Exercise:
Each entry below needs to be retyped exactly as given.

[[ Data records, beginning ]]

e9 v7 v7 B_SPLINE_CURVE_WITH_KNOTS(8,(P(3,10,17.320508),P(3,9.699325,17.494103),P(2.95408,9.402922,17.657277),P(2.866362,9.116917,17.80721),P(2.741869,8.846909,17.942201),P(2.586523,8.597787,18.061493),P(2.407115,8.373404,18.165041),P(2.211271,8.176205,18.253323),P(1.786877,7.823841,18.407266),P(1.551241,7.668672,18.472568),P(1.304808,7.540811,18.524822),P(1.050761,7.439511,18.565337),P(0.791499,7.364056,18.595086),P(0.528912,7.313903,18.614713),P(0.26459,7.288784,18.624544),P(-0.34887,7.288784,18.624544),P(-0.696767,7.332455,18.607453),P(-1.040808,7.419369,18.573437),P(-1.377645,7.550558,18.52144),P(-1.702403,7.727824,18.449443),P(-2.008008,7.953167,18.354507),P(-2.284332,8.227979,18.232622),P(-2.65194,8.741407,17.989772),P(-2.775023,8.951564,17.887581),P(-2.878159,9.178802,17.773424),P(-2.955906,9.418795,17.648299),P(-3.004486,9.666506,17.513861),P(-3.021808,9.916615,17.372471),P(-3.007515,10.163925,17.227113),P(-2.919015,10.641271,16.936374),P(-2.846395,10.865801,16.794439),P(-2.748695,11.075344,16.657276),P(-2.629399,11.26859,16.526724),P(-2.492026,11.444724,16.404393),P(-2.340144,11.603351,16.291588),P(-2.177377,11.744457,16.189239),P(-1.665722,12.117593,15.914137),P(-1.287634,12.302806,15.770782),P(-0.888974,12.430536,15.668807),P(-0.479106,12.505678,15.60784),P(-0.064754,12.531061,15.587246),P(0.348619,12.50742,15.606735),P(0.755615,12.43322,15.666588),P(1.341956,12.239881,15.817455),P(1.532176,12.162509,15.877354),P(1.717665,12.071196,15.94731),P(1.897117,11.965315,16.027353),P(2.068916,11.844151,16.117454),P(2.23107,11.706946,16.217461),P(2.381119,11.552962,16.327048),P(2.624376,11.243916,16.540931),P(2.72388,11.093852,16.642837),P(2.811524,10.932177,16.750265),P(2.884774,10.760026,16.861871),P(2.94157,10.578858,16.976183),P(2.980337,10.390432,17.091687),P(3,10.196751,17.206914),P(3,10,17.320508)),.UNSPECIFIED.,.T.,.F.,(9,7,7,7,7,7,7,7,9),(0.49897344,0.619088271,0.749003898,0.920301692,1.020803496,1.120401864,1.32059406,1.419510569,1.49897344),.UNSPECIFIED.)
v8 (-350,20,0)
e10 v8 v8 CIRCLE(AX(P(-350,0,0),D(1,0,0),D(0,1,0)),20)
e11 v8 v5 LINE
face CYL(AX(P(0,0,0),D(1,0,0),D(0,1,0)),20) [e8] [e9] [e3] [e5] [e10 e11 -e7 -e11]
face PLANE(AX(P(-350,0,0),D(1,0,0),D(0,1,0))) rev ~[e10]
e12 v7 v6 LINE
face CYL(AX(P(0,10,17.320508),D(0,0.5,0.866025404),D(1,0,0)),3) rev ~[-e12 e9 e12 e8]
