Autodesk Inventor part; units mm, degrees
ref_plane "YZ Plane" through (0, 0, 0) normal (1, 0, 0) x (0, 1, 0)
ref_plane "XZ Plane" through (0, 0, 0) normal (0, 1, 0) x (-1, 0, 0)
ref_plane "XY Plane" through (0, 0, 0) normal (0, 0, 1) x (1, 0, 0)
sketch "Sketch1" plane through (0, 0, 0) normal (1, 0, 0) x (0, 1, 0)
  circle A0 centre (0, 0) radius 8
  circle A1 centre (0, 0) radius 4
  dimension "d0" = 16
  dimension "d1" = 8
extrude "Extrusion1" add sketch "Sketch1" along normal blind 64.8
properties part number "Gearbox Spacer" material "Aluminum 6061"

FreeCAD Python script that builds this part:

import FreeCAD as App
import Part
import Sketcher
Q = App.Units.Quantity

doc = App.newDocument("Part")
body = doc.addObject("PartDesign::Body", "Body")

# Sketch on YZ plane
sketch1 = body.newObject("Sketcher::SketchObject", "Sketch")
sketch1.AttachmentSupport = (doc.getObject("YZ_Plane"), [""])
sketch1.MapMode = "FlatFace"
sketch1.addGeometry([
    Part.Circle(App.Vector(0, 0, 0), App.Vector(0, 0, 1), 8),
    Part.Circle(App.Vector(0, 0, 0), App.Vector(0, 0, 1), 4),
], False)
sketch1.addConstraint([
    Sketcher.Constraint("Coincident", 0, 3, -1, 1),
    Sketcher.Constraint("Coincident", 1, 3, -1, 1),
    Sketcher.Constraint("Diameter", 0, Q("16 mm")),
    Sketcher.Constraint("Diameter", 1, Q("8 mm")),
])
pad1 = body.newObject("PartDesign::Pad", "Pad")
pad1.Profile = sketch1
pad1.Length = 64.8

doc.recompute()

[[ Data records, end ]]

Answer for this exercise:
e9 v7 v7 B_SPLINE_CURVE_WITH_KNOTS(8,(P(3,10,17.320508),P(3,9.699325,17.494103),P(2.95408,9.402922,17.657277),P(2.866362,9.116917,17.80721),P(2.741869,8.846909,17.942201),P(2.586523,8.597787,18.061493),P(2.407115,8.373404,18.165041),P(2.211271,8.176205,18.253323),P(1.786877,7.823841,18.407266),P(1.551241,7.668672,18.472568),P(1.304808,7.540811,18.524822),P(1.050761,7.439511,18.565337),P(0.791499,7.364056,18.595086),P(0.528912,7.313903,18.614713),P(0.26459,7.288784,18.624544),P(-0.34887,7.288784,18.624544),P(-0.696767,7.332455,18.607453),P(-1.040808,7.419369,18.573437),P(-1.377645,7.550558,18.52144),P(-1.702403,7.727824,18.449443),P(-2.008008,7.953167,18.354507),P(-2.284332,8.227979,18.232622),P(-2.65194,8.741407,17.989772),P(-2.775023,8.951564,17.887581),P(-2.878159,9.178802,17.773424),P(-2.955906,9.418795,17.648299),P(-3.004486,9.666506,17.513861),P(-3.021808,9.916615,17.372471),P(-3.007515,10.163925,17.227113),P(-2.919015,10.641271,16.936374),P(-2.846395,10.865801,16.794439),P(-2.748695,11.075344,16.657276),P(-2.629399,11.26859,16.526724),P(-2.492026,11.444724,16.404393),P(-2.340144,11.603351,16.291588),P(-2.177377,11.744457,16.189239),P(-1.665722,12.117593,15.914137),P(-1.287634,12.302806,15.770782),P(-0.888974,12.430536,15.668807),P(-0.479106,12.505678,15.60784),P(-0.064754,12.531061,15.587246),P(0.348619,12.50742,15.606735),P(0.755615,12.43322,15.666588),P(1.341956,12.239881,15.817455),P(1.532176,12.162509,15.877354),P(1.717665,12.071196,15.94731),P(1.897117,11.965315,16.027353),P(2.068916,11.844151,16.117454),P(2.23107,11.706946,16.217461),P(2.381119,11.552962,16.327048),P(2.624376,11.243916,16.540931),P(2.72388,11.093852,16.642837),P(2.811524,10.932177,16.750265),P(2.884774,10.760026,16.861871),P(2.94157,10.578858,16.976183),P(2.980337,10.390432,17.091687),P(3,10.196751,17.206914),P(3,10,17.320508)),.UNSPECIFIED.,.T.,.F.,(9,7,7,7,7,7,7,7,9),(0.49897344,0.619088271,0.749003898,0.920301692,1.020803496,1.120401864,1.32059406,1.419510569,1.49897344),.UNSPECIFIED.)
v8 (-350,20,0)
e10 v8 v8 CIRCLE(AX(P(-350,0,0),D(1,0,0),D(0,1,0)),20)
e11 v8 v5 LINE
face CYL(AX(P(0,0,0),D(1,0,0),D(0,1,0)),20) [e8] [e9] [e3] [e5] [e10 e11 -e7 -e11]
face PLANE(AX(P(-350,0,0),D(1,0,0),D(0,1,0))) rev ~[e10]
e12 v7 v6 LINE
face CYL(AX(P(0,10,17.320508),D(0,0.5,0.866025404),D(1,0,0)),3) rev ~[-e12 e9 e12 e8]
Autodesk Inventor part; units mm, degrees
ref_plane "YZ Plane" through (0, 0, 0) normal (1, 0, 0) x (0, 1, 0)
ref_plane "XZ Plane" through (0, 0, 0) normal (0, 1, 0) x (-1, 0, 0)
ref_plane "XY Plane" through (0, 0, 0) normal (0, 0, 1) x (1, 0, 0)
sketch "Sketch1" plane through (0, 0, 0) normal (1, 0, 0) x (0, 1, 0)
  circle A0 centre (0, 0) radius 8
  circle A1 centre (0, 0) radius 4
  dimension "d0" = 16
  dimension "d1" = 8
extrude "Extrusion1" add sketch "Sketch1" along normal blind 64.8
properties part number "Gearbox Spacer" material "Aluminum 6061"

FreeCAD Python script that builds this part:

import FreeCAD as App
import Part
import Sketcher
Q = App.Units.Quantity

doc = App.newDocument("Part")
body = doc.addObject("PartDesign::Body", "Body")

# Sketch on YZ plane
sketch1 = body.newObject("Sketcher::SketchObject", "Sketch")
sketch1.AttachmentSupport = (doc.getObject("YZ_Plane"), [""])
sketch1.MapMode = "FlatFace"
sketch1.addGeometry([
    Part.Circle(App.Vector(0, 0, 0), App.Vector(0, 0, 1), 8),
    Part.Circle(App.Vector(0, 0, 0), App.Vector(0, 0, 1), 4),
], False)
sketch1.addConstraint([
    Sketcher.Constraint("Coincident", 0, 3, -1, 1),
    Sketcher.Constraint("Coincident", 1, 3, -1, 1),
    Sketcher.Constraint("Diameter", 0, Q("16 mm")),
    Sketcher.Constraint("Diameter", 1, Q("8 mm")),
])
pad1 = body.newObject("PartDesign::Pad", "Pad")
pad1.Profile = sketch1
pad1.Length = 64.8

doc.recompute()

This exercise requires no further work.